- [Exercise objective]: Below this line is the material. Write out only its lines from the one containing "f 158 34 43" through the one containing "f 3 147 149", both kept, exactly.

- [Entries provided]:

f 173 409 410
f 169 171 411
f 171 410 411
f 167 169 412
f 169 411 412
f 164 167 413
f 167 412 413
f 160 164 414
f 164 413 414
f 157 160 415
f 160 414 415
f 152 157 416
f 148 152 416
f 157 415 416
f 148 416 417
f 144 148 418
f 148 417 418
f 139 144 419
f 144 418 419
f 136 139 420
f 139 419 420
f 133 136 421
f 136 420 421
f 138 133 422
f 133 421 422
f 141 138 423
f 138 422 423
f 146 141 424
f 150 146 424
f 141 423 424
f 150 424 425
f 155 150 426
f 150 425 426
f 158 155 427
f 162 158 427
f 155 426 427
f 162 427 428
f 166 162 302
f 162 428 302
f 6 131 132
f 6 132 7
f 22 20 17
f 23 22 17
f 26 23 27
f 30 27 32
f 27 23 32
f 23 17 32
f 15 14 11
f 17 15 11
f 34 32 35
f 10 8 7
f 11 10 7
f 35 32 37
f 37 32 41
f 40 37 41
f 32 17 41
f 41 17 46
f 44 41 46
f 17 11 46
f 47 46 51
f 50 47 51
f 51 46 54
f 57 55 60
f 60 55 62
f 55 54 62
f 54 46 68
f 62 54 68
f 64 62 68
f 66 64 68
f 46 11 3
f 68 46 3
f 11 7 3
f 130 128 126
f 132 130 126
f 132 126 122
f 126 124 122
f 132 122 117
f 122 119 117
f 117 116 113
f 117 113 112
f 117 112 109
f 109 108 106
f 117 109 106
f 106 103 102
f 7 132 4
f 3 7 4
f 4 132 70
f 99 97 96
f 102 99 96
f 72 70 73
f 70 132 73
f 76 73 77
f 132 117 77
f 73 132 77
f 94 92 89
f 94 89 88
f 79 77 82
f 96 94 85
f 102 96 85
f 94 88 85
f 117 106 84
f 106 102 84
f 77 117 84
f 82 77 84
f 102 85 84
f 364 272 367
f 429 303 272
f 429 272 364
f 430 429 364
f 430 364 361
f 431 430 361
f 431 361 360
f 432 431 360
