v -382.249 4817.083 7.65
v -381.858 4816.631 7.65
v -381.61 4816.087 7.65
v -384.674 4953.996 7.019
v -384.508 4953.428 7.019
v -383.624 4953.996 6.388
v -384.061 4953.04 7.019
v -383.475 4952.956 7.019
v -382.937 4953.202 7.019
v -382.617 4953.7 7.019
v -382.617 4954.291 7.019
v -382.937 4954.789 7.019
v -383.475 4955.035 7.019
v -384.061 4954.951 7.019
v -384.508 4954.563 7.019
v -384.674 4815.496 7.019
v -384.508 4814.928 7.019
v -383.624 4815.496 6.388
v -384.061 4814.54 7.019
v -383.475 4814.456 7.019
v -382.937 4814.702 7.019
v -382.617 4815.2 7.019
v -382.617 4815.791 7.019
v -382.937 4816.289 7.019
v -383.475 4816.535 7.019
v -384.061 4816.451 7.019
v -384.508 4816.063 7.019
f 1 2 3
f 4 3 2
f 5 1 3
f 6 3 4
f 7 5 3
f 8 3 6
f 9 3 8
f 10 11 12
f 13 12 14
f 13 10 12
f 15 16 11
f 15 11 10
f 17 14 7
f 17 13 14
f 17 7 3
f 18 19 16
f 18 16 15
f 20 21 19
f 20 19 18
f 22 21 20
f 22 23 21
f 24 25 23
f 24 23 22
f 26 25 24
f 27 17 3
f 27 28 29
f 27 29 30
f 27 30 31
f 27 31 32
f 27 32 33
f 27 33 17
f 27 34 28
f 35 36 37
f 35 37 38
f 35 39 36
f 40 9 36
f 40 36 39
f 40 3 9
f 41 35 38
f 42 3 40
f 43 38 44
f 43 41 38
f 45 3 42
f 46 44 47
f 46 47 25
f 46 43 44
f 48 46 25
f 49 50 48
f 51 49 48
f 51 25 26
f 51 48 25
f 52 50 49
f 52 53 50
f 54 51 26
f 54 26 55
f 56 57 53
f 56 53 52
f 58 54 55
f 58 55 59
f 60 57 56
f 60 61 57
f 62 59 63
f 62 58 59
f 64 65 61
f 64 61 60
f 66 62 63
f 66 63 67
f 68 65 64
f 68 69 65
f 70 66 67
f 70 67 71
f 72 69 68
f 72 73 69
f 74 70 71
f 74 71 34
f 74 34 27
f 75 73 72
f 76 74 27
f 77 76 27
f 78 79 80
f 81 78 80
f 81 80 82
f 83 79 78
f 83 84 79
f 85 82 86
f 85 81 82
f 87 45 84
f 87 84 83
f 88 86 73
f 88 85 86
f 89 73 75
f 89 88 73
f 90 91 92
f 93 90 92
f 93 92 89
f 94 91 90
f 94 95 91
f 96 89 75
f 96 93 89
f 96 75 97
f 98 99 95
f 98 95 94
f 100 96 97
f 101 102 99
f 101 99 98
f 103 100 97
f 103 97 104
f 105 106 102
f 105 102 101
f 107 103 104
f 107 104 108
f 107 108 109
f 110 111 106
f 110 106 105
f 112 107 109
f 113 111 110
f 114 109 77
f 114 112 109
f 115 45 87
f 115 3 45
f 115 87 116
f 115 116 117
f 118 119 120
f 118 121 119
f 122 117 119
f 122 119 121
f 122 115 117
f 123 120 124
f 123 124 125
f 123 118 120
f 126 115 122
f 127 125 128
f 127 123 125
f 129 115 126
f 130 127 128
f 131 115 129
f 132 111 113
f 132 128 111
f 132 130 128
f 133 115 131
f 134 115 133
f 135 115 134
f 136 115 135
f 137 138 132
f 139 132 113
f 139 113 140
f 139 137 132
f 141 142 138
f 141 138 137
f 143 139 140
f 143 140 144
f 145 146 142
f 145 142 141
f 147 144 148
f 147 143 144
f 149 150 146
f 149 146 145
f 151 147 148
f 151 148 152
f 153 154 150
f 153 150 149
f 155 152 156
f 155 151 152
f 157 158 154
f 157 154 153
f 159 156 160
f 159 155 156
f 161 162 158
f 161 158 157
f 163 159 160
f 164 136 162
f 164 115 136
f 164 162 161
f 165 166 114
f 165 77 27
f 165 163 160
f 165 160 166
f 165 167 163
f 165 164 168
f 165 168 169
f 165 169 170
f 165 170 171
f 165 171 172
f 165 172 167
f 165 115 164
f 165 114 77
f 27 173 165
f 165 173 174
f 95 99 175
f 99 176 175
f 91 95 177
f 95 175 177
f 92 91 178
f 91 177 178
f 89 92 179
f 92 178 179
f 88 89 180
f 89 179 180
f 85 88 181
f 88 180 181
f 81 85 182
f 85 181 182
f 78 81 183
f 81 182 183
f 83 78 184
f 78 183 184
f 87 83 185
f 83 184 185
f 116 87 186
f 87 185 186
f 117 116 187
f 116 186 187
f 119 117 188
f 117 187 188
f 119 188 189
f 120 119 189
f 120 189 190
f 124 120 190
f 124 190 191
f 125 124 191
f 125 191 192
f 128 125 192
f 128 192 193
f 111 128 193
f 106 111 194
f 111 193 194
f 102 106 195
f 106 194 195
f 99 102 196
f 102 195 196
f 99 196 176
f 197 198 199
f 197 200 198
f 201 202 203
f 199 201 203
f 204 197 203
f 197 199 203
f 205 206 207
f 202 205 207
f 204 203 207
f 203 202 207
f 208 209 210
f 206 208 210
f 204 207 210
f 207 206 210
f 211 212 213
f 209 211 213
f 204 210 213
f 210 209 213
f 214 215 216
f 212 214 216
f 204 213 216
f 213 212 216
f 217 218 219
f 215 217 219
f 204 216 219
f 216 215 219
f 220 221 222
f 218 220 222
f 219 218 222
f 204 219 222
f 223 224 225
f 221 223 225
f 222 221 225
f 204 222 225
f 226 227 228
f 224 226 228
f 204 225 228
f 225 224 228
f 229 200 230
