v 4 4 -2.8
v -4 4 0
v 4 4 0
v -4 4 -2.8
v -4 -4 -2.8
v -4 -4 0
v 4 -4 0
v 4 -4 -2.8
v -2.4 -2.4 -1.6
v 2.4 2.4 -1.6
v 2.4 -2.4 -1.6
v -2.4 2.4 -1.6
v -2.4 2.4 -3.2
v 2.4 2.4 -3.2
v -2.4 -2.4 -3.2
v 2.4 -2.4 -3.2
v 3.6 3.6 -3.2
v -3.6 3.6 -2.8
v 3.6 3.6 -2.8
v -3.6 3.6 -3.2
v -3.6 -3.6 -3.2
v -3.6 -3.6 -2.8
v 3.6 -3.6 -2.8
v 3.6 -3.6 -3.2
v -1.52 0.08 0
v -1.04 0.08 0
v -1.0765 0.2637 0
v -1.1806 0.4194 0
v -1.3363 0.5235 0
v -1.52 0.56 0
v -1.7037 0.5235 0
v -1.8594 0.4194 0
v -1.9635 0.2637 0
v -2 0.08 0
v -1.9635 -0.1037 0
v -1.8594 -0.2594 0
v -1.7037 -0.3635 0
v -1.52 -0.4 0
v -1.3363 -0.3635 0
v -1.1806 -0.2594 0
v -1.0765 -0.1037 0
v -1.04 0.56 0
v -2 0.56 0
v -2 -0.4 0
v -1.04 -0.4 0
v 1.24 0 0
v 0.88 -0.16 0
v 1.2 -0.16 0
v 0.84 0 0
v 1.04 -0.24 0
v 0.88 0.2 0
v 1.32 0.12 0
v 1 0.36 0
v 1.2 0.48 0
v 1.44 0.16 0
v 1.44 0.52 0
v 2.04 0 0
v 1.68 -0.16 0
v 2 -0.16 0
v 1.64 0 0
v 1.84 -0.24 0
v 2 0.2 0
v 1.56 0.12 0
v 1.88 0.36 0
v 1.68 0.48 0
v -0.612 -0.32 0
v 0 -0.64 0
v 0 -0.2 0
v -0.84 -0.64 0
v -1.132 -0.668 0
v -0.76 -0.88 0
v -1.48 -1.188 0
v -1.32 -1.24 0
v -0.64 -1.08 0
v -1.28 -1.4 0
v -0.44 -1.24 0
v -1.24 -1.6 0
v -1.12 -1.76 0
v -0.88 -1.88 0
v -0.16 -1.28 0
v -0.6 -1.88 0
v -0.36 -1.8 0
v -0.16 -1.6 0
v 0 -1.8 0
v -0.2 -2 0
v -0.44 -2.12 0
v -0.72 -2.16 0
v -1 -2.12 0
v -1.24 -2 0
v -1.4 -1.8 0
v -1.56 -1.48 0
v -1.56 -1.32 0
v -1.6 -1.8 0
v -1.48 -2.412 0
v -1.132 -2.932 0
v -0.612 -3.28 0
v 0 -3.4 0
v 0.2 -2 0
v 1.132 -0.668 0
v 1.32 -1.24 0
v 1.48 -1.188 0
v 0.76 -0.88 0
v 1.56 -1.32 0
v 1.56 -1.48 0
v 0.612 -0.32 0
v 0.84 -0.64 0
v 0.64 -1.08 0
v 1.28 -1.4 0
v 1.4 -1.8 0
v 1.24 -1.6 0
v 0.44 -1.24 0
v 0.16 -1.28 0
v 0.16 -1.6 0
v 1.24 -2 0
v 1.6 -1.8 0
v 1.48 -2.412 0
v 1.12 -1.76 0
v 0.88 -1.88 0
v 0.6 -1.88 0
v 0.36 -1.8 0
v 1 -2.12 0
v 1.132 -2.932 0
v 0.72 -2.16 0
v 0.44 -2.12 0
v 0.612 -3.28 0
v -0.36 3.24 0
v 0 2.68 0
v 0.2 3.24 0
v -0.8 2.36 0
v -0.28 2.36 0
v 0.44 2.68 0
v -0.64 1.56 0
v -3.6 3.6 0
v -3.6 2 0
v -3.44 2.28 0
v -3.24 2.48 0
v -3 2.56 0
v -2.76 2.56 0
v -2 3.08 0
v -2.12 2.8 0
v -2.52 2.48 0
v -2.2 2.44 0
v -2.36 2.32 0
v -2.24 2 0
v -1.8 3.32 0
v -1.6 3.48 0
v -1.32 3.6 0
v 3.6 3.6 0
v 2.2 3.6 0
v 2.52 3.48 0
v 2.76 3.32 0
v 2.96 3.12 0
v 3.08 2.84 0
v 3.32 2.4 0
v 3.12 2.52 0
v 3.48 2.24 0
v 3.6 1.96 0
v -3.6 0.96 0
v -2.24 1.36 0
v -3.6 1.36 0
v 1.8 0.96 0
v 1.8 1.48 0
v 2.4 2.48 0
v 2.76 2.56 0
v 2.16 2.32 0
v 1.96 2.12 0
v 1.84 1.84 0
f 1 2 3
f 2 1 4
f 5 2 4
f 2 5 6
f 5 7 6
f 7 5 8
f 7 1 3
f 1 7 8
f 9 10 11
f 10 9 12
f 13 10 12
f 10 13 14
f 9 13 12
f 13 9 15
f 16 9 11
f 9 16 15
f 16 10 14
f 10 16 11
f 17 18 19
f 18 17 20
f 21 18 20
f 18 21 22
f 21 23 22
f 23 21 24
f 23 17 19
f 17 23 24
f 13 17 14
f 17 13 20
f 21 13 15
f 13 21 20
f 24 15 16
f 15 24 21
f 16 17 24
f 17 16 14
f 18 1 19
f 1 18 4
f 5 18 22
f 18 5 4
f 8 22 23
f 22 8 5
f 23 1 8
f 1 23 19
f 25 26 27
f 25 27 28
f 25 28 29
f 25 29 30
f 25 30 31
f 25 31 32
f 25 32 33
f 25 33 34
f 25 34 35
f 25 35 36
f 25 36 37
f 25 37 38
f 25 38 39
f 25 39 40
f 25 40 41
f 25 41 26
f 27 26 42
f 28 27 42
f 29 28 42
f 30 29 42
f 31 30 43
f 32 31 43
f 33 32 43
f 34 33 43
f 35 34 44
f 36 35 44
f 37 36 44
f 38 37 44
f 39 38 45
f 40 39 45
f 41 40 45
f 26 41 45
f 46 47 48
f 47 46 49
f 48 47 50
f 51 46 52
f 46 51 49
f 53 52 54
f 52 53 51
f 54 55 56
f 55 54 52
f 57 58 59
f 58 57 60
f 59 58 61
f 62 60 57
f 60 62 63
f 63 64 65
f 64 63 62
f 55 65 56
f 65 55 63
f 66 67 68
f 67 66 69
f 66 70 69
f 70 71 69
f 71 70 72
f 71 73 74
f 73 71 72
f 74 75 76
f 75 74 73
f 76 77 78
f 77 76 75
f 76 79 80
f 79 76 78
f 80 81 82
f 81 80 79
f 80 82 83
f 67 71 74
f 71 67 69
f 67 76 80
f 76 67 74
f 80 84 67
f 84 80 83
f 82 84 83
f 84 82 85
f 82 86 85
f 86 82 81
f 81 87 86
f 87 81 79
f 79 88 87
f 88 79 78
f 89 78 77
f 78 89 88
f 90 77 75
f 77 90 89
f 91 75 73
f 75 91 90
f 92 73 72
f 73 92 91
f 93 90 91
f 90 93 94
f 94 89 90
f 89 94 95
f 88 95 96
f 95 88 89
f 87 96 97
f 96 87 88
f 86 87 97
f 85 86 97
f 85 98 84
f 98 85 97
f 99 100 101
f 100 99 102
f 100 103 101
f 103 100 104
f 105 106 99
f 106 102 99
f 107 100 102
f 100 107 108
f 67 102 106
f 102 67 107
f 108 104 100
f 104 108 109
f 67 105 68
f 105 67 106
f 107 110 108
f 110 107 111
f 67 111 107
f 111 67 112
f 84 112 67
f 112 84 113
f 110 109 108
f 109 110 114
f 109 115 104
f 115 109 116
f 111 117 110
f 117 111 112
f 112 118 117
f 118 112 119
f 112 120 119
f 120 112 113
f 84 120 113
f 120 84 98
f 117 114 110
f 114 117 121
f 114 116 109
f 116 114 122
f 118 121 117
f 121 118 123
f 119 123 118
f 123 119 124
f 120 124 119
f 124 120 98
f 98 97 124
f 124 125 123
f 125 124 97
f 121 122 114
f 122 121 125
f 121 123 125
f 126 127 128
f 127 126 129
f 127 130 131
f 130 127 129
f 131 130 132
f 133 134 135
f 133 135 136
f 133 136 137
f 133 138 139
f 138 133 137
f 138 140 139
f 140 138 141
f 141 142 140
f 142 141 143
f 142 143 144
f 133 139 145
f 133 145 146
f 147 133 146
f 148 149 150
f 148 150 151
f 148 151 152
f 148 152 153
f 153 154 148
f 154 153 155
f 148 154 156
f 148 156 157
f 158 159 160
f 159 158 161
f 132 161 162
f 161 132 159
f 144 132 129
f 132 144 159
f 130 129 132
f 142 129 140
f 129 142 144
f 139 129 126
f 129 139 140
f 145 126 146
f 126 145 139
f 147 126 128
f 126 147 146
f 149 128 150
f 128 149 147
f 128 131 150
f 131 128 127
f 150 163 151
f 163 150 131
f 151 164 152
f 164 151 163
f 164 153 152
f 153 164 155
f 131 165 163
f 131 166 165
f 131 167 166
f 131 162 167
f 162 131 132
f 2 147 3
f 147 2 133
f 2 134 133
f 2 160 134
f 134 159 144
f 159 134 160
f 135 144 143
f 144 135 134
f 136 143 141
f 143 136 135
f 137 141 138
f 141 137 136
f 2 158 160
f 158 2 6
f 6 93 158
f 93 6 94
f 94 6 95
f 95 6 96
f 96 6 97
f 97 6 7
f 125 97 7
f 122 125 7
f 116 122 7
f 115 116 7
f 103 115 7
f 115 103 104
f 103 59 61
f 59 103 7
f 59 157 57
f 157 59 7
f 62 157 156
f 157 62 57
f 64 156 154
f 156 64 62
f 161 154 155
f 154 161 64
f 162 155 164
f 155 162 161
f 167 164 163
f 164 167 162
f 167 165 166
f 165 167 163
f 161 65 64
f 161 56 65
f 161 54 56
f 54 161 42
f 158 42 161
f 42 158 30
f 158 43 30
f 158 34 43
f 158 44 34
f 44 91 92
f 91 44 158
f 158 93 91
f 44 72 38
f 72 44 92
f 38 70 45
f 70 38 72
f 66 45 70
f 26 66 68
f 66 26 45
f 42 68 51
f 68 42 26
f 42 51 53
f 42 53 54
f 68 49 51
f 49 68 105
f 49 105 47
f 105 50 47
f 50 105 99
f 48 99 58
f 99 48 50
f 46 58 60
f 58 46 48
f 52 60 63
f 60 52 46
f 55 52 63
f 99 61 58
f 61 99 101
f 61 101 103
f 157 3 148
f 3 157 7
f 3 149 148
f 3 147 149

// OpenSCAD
// file: ../p/box5.scad
use <../lib.scad>
function ldraw_lib__box5() = [
// 0 Box with 5 Faces and All Edges
// 0 Name: box5.dat
// 0 Author: James Jessiman
// 0 !LDRAW_ORG Primitive UPDATE 2012-01
// 0 !LICENSE Licensed under CC BY 4.0 : see CAreadme.txt
// 
// 0 BFC CERTIFY CCW
  [0,"BFC","CERTIFY"],
  [0,"BFC","CCW"],
// 
// 0 !HISTORY 2002-04-03 [sbliss] Modified for BFC compliance
// 0 !HISTORY 2002-04-25 [PTadmin] Official Update 2002-02
// 0 !HISTORY 2007-06-24 [PTadmin] Header formatted for Contributor Agreement
// 0 !HISTORY 2008-07-01 [PTadmin] Official Update 2008-01
// 0 !HISTORY 2012-02-16 [Philo] Changed to CCW
// 0 !HISTORY 2012-03-30 [PTadmin] Official Update 2012-01
// 
// 
// 2 24 1 1 1 -1 1 1
  [2,24,1,1,1,-1,1,1],
// 2 24 -1 1 1 -1 1 -1
  [2,24,-1,1,1,-1,1,-1],
// 2 24 -1 1 -1 1 1 -1
  [2,24,-1,1,-1,1,1,-1],
// 2 24 1 1 -1 1 1 1
  [2,24,1,1,-1,1,1,1],
// 2 24 1 0 1 -1 0 1
  [2,24,1,0,1,-1,0,1],
// 2 24 -1 0 1 -1 0 -1
  [2,24,-1,0,1,-1,0,-1],
// 2 24 -1 0 -1 1 0 -1
  [2,24,-1,0,-1,1,0,-1],
// 2 24 1 0 -1 1 0 1
  [2,24,1,0,-1,1,0,1],
// 2 24 1 0 1 1 1 1
  [2,24,1,0,1,1,1,1],
// 2 24 -1 0 1 -1 1 1
  [2,24,-1,0,1,-1,1,1],
// 2 24 1 0 -1 1 1 -1
  [2,24,1,0,-1,1,1,-1],
// 2 24 -1 0 -1 -1 1 -1
  [2,24,-1,0,-1,-1,1,-1],
// 4 16 -1 1 1 1 1 1 1 1 -1 -1 1 -1
  [4,16,-1,1,1,1,1,1,1,1,-1,-1,1,-1],
// 4 16 -1 1 1 -1 0 1 1 0 1 1 1 1
  [4,16,-1,1,1,-1,0,1,1,0,1,1,1,1],
// 4 16 -1 1 -1 -1 0 -1 -1 0 1 -1 1 1
  [4,16,-1,1,-1,-1,0,-1,-1,0,1,-1,1,1],
// 4 16 1 1 -1 1 0 -1 -1 0 -1 -1 1 -1
  [4,16,1,1,-1,1,0,-1,-1,0,-1,-1,1,-1],
// 4 16 1 1 1 1 0 1 1 0 -1 1 1 -1
  [4,16,1,1,1,1,0,1,1,0,-1,1,1,-1],
];
module ldraw_lib__box5(step=0, col=false, unit=2/5, alt=false, line=0.2, solid=!$preview)
    makepoly(ldraw_lib__box5(), step=step, col=col, unit=unit, alt=alt, line=line, solid=solid);
ldraw_lib__box5(line=0.2);
// file: ../p/box4.scad
use <../lib.scad>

- [Output for this exercise]:
f 158 34 43
f 158 44 34
f 44 91 92
f 91 44 158
f 158 93 91
f 44 72 38
f 72 44 92
f 38 70 45
f 70 38 72
f 66 45 70
f 26 66 68
f 66 26 45
f 42 68 51
f 68 42 26
f 42 51 53
f 42 53 54
f 68 49 51
f 49 68 105
f 49 105 47
f 105 50 47
f 50 105 99
f 48 99 58
f 99 48 50
f 46 58 60
f 58 46 48
f 52 60 63
f 60 52 46
f 55 52 63
f 99 61 58
f 61 99 101
f 61 101 103
f 157 3 148
f 3 157 7
f 3 149 148
f 3 147 149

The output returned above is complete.